CSDE’s Executive Committee is pleased to introduce four of our new UW Faculty & External Affiliates:

  • Afra MashhadiAssistant Professor, Computing & Software Systems, UW Bothell. Dr. Mashhadi is a research scientist in the domain of Ubiquitous Computing. She is interested in developing mathematical and computational models that leverage the proliferation of sensors and breakthroughs in machine learning to (1) understand societies and social phenomena at different spatial scales and (2) model social dynamics of human behavior.
  • Leo MoralesProfessor, Division of General Internal Medicine; Adjunct Professor, Health Services, UW Seattle. Dr. Morales’s research has focused on measurement of patient reported outcomes in diverse populations, and minority health and health disparities including immigrant and Latino Health. He serves as Chief Diversity Officer for the School of Medicine.
  • Rebecca RebbeAssistant Professor, School of Social Work, University of Southern California. Dr. Rebbe’s research examines the measurement of and community responses to child maltreatment. She has training using demographic methods and specializes in using population-based linked administrative datasets to better understand child maltreatment.
  • Eric Waithaka–Assistant Professor, Department of Social Work, George Mason University. Dr. Waithanka’s research focuses on intergenerational social and economic mobility during young adults’ transitions to adulthood, with a particular focus on the role of family capital (resources & processes) and public policies influence on young adults’ life outcomes.

CSDE Affiliates Knox and Jones-Smith Awarded Grant from the Royalty Research Fund!

CSDE Affiliates Mellisa Knox and Jessica Jones-Smith have recently been awarded a research grant from the UW RRF as co-PIs. Taxes on sweetened beverages have become an important policy response to growing obesity rates and the prevalence of type 2 diabetes in the U.S. and other nations. Since 2015, eight U.S. cities have implemented these taxes, but so far direct evidence of their impacts on household purchasing behavior is scarce. Of particular interest to many researchers and policy makers is the response of low-income consumers to these taxes, both because they have higher sweetened beverage consumption on average and because of concerns that sweetened beverage taxes are regressive. This project will investigate the income-stratified household response to sweetened beverage taxes using a data set containing the purchasing behavior of approximately 500 households in the cities of Seattle, San Francisco, Oakland, and Philadelphia, all of which have recently introduced beverage taxes. Knox and Jones-Smith’s analysis will combine this household-level data with proprietary data on beverage and retailer characteristics specific to the context of these taxes. Whereas previous literature in this area has used household responses to general price fluctuations to simulate household responses to sweetened beverage taxes, this novel data set will enable the PIs to detect household responses to these taxes directly. Direct measurement of the consumer response to these taxes is important if, as has been shown with other consumption taxes, consumers respond differently to them than to idiosyncratic price fluctuations. By improving understanding of household behavior around sweetened beverage taxes, Knox and Jones-Smith’s findings have the potential to improve sweetened beverage tax policy and promote population health.
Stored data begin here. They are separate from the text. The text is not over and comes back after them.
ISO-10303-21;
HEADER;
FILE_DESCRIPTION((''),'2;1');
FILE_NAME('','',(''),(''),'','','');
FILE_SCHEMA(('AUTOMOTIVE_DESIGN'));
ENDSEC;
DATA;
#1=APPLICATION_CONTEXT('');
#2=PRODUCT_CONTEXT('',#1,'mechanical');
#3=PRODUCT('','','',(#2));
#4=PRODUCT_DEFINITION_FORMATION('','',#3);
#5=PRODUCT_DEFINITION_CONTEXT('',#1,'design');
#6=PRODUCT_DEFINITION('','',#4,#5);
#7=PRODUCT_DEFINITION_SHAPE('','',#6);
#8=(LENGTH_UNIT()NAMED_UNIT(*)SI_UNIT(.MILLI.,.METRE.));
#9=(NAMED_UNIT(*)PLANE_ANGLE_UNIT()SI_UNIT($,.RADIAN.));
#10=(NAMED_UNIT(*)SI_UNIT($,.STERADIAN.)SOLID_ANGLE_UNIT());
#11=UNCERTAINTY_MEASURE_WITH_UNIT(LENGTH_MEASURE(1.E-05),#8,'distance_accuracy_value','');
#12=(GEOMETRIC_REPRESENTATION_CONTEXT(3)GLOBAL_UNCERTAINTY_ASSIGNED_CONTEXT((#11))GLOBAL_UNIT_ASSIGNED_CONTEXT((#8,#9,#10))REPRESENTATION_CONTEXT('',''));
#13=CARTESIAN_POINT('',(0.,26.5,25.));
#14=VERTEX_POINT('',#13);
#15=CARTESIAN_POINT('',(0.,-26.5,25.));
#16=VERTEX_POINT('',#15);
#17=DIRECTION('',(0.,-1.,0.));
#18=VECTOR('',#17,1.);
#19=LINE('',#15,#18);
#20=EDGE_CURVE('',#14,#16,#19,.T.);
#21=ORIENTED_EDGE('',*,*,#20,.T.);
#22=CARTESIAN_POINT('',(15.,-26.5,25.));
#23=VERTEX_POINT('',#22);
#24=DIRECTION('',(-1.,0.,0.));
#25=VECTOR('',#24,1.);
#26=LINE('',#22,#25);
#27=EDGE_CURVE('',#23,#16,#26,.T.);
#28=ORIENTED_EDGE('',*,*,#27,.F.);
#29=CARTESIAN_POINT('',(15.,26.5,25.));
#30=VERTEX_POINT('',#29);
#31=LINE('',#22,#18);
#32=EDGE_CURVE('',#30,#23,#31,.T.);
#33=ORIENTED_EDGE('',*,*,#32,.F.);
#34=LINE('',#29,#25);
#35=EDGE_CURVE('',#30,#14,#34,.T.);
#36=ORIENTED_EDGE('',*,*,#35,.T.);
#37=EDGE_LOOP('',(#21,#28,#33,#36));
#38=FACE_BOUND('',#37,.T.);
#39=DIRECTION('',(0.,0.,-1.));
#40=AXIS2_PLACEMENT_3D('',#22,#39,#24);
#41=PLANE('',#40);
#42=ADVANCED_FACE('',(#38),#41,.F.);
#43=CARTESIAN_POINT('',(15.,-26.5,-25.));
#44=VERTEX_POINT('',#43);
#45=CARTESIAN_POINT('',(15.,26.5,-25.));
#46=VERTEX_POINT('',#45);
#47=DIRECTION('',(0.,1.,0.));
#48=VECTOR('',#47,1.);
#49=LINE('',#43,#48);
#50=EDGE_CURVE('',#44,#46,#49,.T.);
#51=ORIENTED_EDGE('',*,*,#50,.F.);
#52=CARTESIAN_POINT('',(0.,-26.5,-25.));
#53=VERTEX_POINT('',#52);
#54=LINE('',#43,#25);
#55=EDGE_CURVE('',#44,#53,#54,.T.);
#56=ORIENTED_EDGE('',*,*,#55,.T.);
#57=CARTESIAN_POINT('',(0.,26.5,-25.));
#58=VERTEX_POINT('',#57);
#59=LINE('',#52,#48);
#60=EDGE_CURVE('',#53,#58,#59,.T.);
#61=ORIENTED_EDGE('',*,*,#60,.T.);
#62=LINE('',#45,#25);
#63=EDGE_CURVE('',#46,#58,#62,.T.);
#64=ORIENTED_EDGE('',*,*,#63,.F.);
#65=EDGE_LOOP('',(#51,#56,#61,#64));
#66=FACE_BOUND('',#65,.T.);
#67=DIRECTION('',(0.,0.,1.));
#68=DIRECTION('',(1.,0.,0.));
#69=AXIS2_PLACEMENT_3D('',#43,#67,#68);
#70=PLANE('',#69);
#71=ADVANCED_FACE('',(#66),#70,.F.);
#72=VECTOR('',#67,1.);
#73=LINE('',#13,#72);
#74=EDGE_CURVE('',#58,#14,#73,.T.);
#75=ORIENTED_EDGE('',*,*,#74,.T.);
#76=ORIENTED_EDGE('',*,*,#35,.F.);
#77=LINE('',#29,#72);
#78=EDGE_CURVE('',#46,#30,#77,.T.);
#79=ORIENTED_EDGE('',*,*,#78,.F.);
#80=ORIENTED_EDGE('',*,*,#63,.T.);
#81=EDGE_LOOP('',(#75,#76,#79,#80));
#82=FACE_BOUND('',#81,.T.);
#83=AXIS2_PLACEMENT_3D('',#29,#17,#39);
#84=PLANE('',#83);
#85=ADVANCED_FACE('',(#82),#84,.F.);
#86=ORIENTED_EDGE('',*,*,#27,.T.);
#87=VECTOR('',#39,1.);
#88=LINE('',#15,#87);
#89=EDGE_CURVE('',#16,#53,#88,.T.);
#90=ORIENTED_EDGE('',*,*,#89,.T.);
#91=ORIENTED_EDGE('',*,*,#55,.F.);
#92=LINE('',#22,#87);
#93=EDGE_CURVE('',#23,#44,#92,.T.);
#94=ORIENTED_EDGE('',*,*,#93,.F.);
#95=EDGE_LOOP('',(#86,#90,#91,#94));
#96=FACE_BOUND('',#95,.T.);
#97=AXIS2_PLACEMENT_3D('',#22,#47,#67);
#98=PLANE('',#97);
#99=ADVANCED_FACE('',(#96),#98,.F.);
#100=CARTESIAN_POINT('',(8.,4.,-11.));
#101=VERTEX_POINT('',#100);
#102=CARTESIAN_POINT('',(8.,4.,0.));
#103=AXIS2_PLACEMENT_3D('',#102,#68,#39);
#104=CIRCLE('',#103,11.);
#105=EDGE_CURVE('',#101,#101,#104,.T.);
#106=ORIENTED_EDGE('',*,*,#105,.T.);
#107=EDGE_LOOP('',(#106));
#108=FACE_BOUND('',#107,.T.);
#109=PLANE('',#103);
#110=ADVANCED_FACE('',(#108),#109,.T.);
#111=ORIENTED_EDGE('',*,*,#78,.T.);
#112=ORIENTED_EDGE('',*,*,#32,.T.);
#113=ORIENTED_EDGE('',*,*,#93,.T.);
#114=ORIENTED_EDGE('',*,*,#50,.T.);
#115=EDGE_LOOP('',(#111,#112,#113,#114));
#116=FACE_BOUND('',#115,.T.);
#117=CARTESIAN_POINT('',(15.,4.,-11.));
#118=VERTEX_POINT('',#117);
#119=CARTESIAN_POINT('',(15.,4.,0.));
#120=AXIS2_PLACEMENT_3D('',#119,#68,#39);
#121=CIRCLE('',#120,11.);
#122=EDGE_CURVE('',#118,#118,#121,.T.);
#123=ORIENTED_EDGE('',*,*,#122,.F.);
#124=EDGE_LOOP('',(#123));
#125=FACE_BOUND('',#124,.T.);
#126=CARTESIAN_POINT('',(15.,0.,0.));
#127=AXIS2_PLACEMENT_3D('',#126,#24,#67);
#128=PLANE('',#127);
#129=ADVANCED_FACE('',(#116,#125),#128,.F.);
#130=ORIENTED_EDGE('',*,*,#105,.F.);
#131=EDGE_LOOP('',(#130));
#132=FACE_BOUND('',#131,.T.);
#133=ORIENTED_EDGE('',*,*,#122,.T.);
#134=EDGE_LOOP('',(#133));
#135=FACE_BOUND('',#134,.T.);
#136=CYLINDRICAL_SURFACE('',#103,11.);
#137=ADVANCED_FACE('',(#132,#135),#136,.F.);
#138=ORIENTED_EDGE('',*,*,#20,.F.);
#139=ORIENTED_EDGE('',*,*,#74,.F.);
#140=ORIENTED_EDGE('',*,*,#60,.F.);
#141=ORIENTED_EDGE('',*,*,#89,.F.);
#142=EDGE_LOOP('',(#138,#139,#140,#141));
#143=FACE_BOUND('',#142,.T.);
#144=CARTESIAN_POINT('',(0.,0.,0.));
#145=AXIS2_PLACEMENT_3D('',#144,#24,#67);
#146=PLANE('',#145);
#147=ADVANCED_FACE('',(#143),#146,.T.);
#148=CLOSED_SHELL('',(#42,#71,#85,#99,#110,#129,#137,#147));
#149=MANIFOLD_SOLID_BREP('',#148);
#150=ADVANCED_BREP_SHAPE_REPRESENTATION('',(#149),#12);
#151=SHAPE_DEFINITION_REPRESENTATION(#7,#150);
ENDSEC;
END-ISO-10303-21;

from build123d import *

# Parameters (mm, degrees)
CROQUIS1_W              = 50
CROQUIS1_H              = 53
SALIENTE_EXTRUIR1_DEPTH = 15
CROQUIS2_R              = 11
CORTAR_EXTRUIR1_DEPTH   = 7


with BuildPart() as part:
    # Croquis1 → Saliente-Extruir1 (new body)
    with BuildSketch(Plane(origin=(0, 0, 0), x_dir=(0, 0, -1), z_dir=(1, 0, 0))):
        Rectangle(CROQUIS1_W, CROQUIS1_H)
    extrude(amount=SALIENTE_EXTRUIR1_DEPTH)

    # Croquis2 → Cortar-Extruir1 (cut)
    with BuildSketch(Plane(origin=(15, 0, 0), x_dir=(0, 0, -1), z_dir=(1, 0, 0))):
        with Locations((0, 4)):
            Circle(CROQUIS2_R)
    extrude(amount=-CORTAR_EXTRUIR1_DEPTH, mode=Mode.SUBTRACT)


solid = part.part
Wilson & Wakefield Analyze Summary and Birth History Data through Modeling Advancements in New Research

Katie Wilson (UW Biostatistics) and CSDE Affiliate and Executive Committee Member Jon Wakefield recently published their methodological research in Demographic Research. Their work is motivated by the tension between demand for high-quality subnational estimates of under-5 mortality and data limitations in lower- and middle-income countries. In the paper, Wilson & Wakefield describe a computationally efficient, model-based approach that allows summary birth history and full birth history data to be combined into analyses of under-5 mortality in a natural way.